Stored items:
↓

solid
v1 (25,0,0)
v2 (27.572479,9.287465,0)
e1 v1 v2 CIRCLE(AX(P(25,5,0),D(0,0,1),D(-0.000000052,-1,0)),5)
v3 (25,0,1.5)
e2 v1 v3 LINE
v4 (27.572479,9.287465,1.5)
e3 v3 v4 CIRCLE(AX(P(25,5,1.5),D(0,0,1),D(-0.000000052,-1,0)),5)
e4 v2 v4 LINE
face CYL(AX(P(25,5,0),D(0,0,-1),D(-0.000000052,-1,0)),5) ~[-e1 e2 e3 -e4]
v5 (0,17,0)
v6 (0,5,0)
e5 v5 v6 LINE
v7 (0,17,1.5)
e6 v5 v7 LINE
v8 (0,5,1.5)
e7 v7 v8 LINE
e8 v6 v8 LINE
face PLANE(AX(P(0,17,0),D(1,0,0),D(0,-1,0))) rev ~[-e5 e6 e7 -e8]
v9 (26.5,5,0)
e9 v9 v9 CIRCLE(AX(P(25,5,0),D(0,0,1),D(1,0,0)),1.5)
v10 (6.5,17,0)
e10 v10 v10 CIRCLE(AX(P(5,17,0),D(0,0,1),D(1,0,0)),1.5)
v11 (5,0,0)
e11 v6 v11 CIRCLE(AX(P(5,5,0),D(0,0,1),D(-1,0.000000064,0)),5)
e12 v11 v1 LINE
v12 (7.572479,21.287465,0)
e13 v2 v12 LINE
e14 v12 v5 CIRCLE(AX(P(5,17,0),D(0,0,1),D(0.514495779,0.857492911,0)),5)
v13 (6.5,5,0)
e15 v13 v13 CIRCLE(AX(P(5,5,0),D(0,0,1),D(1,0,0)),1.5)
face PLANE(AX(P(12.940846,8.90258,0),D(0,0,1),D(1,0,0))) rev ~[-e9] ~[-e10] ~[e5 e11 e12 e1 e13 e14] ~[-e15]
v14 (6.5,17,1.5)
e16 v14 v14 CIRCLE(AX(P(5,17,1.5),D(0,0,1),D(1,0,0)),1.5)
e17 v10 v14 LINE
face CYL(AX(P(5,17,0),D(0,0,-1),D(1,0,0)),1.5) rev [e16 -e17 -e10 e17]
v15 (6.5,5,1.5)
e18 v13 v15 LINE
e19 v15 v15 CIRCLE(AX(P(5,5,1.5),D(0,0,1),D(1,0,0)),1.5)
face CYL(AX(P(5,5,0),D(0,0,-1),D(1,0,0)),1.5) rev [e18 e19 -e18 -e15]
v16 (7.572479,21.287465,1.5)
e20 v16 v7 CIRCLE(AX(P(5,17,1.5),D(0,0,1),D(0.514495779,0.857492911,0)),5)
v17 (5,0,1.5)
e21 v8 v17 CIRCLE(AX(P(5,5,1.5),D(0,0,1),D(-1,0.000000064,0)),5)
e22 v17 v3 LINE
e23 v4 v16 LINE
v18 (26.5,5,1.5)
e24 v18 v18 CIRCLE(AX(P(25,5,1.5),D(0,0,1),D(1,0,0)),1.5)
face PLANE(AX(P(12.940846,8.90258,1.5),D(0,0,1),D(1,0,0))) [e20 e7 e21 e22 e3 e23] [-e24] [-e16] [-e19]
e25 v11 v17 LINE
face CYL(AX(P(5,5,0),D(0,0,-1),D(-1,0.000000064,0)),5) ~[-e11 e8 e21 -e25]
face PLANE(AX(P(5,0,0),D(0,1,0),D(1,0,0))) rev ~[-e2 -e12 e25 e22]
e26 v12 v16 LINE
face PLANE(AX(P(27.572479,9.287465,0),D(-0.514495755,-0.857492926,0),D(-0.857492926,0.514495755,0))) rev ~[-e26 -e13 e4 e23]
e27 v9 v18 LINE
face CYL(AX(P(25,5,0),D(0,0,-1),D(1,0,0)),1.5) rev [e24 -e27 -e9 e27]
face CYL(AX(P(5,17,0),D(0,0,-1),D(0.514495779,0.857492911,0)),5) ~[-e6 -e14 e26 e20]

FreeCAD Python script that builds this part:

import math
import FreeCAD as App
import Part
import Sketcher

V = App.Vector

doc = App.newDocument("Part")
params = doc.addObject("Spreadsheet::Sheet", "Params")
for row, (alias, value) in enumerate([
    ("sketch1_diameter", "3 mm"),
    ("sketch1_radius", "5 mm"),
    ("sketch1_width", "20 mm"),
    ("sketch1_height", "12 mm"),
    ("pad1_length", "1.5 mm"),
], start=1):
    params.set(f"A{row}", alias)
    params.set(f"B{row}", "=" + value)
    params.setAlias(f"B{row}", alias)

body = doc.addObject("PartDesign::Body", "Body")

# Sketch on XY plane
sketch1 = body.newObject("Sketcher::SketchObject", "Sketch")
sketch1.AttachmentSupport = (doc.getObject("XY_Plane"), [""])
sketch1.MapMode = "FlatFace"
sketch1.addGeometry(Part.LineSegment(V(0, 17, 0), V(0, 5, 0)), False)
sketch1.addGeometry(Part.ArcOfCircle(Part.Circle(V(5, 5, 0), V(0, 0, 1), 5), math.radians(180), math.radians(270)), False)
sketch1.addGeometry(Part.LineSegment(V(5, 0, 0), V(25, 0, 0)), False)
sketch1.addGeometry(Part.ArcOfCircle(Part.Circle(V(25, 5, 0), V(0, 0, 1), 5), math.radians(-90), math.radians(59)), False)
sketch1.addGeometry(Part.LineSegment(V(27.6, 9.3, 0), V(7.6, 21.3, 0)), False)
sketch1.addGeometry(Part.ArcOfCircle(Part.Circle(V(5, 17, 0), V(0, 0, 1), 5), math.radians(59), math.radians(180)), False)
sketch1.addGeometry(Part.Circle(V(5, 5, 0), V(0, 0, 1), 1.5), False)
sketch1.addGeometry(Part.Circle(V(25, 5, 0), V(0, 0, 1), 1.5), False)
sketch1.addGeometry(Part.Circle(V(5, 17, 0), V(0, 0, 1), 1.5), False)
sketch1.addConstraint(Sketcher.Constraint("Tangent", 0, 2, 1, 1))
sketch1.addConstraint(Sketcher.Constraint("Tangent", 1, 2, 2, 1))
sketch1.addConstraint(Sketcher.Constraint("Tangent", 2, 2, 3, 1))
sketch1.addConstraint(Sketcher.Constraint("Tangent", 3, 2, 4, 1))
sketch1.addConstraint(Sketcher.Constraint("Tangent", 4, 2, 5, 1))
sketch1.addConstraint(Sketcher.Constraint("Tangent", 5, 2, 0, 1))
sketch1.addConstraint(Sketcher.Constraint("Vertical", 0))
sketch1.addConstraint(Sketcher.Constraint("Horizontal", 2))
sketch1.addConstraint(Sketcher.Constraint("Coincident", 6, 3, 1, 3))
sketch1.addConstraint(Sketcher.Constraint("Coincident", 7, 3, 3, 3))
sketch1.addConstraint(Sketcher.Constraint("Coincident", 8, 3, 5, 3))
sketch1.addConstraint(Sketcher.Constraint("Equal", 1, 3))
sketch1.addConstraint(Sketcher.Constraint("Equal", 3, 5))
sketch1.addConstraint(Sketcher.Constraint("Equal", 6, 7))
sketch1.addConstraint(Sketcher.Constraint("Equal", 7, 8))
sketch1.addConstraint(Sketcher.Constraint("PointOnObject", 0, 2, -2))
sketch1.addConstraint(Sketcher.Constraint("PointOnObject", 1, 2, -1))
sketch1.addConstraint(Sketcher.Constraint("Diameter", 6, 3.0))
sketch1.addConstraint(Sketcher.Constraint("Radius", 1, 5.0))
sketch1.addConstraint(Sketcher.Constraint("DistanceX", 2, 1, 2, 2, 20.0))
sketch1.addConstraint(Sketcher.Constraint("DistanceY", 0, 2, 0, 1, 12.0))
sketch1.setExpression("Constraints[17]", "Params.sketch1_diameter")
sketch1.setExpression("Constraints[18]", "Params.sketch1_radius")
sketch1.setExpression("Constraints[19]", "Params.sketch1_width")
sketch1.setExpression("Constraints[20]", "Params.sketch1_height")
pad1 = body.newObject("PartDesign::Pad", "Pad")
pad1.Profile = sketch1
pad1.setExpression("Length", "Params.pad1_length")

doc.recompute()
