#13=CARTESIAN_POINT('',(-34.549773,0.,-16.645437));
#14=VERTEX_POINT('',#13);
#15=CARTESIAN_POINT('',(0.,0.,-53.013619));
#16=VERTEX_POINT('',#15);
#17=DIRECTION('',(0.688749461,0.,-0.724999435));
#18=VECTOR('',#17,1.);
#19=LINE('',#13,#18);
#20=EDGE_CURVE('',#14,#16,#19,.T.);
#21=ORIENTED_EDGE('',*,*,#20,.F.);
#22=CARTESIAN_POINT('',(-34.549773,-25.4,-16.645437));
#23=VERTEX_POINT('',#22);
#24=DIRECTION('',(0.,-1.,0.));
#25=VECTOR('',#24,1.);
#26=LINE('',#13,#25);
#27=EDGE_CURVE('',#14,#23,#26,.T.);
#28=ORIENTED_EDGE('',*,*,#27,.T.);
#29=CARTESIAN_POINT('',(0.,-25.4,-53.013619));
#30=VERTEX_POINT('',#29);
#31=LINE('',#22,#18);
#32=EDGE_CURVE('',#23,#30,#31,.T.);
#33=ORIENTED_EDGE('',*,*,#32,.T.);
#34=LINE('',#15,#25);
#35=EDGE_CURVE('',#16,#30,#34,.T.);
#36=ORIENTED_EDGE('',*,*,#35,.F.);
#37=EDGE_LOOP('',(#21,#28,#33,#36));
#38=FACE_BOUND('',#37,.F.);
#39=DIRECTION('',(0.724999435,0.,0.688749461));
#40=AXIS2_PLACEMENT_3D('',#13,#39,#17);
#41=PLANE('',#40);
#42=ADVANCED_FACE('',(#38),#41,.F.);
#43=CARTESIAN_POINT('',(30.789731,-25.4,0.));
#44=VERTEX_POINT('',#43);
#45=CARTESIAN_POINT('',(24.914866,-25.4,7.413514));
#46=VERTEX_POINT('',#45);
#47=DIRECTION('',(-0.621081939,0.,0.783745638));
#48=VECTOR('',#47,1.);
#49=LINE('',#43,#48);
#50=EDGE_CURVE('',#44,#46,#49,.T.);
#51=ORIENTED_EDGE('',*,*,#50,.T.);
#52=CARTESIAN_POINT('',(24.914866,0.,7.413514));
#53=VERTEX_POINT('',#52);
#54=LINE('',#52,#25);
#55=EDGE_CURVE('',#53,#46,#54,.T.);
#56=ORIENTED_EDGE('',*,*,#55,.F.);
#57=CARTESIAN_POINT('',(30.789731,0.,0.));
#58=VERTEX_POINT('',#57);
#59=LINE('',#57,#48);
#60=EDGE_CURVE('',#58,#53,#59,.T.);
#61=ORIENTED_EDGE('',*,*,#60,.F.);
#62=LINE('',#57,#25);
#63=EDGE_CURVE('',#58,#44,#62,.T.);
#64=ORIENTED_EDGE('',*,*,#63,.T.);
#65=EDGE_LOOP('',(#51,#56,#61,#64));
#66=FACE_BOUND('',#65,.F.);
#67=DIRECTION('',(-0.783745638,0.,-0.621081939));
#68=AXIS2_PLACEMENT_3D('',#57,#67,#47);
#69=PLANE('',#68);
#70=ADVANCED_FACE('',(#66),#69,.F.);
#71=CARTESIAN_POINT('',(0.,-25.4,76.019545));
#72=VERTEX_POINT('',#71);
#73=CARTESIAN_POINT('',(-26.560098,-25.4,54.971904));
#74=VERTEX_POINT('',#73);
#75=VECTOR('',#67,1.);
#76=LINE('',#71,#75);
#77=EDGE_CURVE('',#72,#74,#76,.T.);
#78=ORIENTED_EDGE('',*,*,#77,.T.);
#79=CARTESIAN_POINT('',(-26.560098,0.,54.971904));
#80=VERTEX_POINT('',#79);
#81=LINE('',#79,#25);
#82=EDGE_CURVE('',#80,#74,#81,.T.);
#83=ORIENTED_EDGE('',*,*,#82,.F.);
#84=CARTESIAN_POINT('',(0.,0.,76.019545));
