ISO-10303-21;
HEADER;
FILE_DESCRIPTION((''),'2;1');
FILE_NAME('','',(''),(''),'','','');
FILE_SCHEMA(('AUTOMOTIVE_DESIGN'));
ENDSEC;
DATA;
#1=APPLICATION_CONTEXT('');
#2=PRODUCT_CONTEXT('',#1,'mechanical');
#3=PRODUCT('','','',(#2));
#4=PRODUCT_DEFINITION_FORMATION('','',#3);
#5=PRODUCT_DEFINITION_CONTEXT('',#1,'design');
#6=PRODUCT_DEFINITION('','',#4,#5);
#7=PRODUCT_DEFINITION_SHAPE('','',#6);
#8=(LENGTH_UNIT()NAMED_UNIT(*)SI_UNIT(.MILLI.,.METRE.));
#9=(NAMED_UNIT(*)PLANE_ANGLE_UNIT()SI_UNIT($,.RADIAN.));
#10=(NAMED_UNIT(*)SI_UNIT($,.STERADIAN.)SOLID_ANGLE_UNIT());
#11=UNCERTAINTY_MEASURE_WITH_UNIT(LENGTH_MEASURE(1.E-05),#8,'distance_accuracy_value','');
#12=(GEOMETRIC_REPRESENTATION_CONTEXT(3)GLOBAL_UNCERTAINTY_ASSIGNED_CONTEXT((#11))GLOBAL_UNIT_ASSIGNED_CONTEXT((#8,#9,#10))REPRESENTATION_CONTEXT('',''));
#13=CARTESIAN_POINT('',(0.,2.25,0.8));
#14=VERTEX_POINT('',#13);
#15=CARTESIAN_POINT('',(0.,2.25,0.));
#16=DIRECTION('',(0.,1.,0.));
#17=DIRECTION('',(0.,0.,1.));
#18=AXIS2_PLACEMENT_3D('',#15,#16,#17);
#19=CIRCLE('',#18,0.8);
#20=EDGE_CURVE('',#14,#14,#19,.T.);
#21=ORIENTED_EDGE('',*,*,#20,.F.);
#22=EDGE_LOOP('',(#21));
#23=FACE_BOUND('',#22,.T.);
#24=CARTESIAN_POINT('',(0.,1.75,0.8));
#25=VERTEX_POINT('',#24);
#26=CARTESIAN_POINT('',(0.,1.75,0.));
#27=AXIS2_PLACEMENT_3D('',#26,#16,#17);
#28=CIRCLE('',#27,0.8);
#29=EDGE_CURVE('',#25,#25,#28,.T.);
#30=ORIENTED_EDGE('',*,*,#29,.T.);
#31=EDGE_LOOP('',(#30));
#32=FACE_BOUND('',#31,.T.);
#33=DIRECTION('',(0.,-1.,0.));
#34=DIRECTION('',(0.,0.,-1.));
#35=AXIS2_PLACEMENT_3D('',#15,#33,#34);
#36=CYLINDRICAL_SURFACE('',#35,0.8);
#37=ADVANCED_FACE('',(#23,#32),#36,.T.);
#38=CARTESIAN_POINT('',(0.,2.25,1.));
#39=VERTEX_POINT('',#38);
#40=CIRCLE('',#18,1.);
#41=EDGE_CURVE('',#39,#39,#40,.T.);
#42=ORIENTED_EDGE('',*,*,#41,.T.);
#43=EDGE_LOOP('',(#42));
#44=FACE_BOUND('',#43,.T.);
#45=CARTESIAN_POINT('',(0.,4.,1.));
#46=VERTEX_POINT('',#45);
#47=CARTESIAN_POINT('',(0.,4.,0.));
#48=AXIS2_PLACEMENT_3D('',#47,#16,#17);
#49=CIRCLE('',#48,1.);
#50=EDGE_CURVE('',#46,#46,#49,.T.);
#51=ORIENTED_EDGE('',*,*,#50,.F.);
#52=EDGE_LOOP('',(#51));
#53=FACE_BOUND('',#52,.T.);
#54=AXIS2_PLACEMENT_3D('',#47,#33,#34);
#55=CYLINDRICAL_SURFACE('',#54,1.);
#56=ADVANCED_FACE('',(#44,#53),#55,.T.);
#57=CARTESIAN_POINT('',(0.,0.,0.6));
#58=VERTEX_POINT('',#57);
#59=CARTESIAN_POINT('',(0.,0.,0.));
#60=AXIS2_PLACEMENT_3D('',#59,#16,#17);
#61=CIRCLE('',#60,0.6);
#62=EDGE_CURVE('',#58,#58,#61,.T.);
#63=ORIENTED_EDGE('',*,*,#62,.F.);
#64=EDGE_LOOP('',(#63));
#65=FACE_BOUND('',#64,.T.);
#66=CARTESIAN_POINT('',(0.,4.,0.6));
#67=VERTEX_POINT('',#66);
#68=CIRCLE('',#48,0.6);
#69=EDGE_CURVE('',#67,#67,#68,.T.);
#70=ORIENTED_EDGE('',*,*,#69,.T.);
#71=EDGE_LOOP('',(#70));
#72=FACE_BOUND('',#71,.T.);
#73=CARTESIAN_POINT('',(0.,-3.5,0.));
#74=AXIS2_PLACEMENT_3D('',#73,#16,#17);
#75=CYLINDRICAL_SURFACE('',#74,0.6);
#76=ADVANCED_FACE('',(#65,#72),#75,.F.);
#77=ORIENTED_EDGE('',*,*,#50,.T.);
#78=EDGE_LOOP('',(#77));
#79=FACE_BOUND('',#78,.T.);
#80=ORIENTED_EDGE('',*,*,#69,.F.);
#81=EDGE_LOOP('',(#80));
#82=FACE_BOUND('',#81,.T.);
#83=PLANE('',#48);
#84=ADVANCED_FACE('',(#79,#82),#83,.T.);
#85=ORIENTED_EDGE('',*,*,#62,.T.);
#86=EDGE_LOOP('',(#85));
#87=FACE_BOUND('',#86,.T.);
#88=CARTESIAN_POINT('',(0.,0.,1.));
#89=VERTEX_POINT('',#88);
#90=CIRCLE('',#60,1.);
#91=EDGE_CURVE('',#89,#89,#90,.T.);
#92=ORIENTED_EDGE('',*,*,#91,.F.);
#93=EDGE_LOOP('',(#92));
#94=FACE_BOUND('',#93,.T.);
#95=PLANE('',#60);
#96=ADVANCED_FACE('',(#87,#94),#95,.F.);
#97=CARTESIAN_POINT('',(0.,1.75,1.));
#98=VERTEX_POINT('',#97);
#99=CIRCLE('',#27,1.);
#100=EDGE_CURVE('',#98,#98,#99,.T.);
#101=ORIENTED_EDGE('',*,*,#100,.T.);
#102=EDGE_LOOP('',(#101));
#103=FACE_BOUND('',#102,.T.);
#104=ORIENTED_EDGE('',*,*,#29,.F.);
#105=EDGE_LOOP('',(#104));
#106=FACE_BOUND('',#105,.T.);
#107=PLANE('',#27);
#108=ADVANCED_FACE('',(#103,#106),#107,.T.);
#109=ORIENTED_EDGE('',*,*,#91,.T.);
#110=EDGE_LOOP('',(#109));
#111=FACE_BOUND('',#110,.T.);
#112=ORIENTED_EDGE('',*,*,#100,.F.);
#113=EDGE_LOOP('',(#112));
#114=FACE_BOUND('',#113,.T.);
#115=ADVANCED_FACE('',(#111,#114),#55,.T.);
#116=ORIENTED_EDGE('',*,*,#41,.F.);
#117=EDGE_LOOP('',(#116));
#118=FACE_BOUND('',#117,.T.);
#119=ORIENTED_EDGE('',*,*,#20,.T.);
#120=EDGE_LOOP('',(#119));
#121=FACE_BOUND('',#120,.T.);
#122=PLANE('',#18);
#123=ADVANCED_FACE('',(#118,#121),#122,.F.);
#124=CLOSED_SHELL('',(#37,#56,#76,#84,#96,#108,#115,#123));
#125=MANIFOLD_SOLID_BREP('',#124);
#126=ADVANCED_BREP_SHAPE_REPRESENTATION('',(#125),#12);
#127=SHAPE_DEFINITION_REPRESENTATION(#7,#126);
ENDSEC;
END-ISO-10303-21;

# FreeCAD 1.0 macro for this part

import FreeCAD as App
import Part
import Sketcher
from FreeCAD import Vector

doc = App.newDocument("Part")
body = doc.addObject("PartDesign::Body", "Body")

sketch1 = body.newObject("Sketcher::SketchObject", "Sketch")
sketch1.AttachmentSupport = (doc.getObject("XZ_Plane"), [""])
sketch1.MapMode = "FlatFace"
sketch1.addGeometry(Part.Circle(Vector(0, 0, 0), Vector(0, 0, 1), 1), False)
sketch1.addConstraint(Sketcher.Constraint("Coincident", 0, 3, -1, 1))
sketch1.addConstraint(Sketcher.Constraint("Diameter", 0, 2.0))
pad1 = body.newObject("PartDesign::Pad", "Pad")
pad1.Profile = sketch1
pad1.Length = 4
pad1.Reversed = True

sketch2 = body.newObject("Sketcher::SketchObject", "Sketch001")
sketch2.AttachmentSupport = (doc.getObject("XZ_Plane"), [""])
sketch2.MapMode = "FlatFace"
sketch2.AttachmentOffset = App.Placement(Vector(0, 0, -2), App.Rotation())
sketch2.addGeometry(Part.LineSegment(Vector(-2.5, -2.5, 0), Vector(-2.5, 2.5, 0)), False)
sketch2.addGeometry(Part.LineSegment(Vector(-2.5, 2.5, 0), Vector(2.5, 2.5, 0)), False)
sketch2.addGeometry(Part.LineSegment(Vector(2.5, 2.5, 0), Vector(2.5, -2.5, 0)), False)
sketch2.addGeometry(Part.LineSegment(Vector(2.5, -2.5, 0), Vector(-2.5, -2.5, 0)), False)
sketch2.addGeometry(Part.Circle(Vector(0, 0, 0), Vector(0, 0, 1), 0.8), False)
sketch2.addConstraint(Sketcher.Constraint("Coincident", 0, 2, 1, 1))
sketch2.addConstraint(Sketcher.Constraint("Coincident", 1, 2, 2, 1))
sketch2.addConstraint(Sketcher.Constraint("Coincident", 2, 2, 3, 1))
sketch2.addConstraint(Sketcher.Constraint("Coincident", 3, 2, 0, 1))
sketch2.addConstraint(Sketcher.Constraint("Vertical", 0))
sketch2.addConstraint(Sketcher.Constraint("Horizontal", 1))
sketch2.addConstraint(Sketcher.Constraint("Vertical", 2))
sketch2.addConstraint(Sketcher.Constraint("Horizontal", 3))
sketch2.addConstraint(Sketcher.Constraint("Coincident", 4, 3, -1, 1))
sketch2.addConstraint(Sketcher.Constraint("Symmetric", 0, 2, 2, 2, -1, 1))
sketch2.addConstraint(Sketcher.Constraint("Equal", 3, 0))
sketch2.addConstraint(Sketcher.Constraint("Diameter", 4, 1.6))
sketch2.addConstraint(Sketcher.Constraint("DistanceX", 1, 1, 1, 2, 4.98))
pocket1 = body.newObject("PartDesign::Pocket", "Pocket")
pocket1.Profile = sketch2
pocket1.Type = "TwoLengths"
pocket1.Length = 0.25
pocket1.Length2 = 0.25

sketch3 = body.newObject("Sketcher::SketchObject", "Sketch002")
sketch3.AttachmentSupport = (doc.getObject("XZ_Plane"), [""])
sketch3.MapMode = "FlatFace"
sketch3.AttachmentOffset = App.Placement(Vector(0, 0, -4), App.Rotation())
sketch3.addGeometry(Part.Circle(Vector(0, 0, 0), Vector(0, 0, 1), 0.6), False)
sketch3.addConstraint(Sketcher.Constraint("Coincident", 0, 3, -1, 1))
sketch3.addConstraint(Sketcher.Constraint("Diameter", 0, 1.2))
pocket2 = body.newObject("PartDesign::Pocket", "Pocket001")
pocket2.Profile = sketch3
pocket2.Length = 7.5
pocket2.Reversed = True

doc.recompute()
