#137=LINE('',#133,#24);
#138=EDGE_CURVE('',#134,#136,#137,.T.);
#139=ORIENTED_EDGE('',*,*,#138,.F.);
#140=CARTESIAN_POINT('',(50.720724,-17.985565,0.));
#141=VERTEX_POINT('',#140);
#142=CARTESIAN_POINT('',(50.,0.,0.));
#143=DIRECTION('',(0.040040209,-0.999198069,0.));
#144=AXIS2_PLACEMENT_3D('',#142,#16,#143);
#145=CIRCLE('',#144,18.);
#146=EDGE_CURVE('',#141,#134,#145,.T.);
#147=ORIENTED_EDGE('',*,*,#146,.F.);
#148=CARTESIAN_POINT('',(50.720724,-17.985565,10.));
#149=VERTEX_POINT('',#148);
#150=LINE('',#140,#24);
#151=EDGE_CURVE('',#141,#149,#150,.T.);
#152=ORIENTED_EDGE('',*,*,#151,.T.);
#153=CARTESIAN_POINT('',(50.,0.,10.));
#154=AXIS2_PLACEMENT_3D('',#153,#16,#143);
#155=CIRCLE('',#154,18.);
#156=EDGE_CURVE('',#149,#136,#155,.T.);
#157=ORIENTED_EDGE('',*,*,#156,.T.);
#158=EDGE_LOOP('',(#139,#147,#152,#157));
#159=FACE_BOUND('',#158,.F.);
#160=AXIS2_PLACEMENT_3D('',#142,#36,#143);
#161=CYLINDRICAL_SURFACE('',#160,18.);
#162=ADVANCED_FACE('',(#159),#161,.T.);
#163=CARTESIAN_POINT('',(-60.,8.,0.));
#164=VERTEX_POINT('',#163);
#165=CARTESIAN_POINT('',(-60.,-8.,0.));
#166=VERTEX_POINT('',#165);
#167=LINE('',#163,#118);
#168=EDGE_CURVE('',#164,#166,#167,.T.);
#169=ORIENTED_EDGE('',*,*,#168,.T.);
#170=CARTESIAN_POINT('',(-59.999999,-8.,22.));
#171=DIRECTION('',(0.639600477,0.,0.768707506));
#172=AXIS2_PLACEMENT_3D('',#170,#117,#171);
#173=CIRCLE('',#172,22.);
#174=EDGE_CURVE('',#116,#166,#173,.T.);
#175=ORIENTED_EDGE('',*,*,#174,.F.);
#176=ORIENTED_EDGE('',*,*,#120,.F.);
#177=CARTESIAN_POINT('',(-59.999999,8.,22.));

↑

_Task details_
Where the data above reaches the line holding "e9 v9 v9 CIRCLE(AX(P(25,5,0),D(0,0,1),D(1,0,0)),1.5)", begin printing, and stop after the line holding "e16 v14 v14". Each line must be reproduced exactly, with nothing else added.

_Task result_
e9 v9 v9 CIRCLE(AX(P(25,5,0),D(0,0,1),D(1,0,0)),1.5)
v10 (6.5,17,0)
e10 v10 v10 CIRCLE(AX(P(5,17,0),D(0,0,1),D(1,0,0)),1.5)
v11 (5,0,0)
e11 v6 v11 CIRCLE(AX(P(5,5,0),D(0,0,1),D(-1,0.000000064,0)),5)
e12 v11 v1 LINE
v12 (7.572479,21.287465,0)
e13 v2 v12 LINE
e14 v12 v5 CIRCLE(AX(P(5,17,0),D(0,0,1),D(0.514495779,0.857492911,0)),5)
v13 (6.5,5,0)
e15 v13 v13 CIRCLE(AX(P(5,5,0),D(0,0,1),D(1,0,0)),1.5)
face PLANE(AX(P(12.940846,8.90258,0),D(0,0,1),D(1,0,0))) rev ~[-e9] ~[-e10] ~[e5 e11 e12 e1 e13 e14] ~[-e15]
v14 (6.5,17,1.5)
e16 v14 v14 CIRCLE(AX(P(5,17,1.5),D(0,0,1),D(1,0,0)),1.5)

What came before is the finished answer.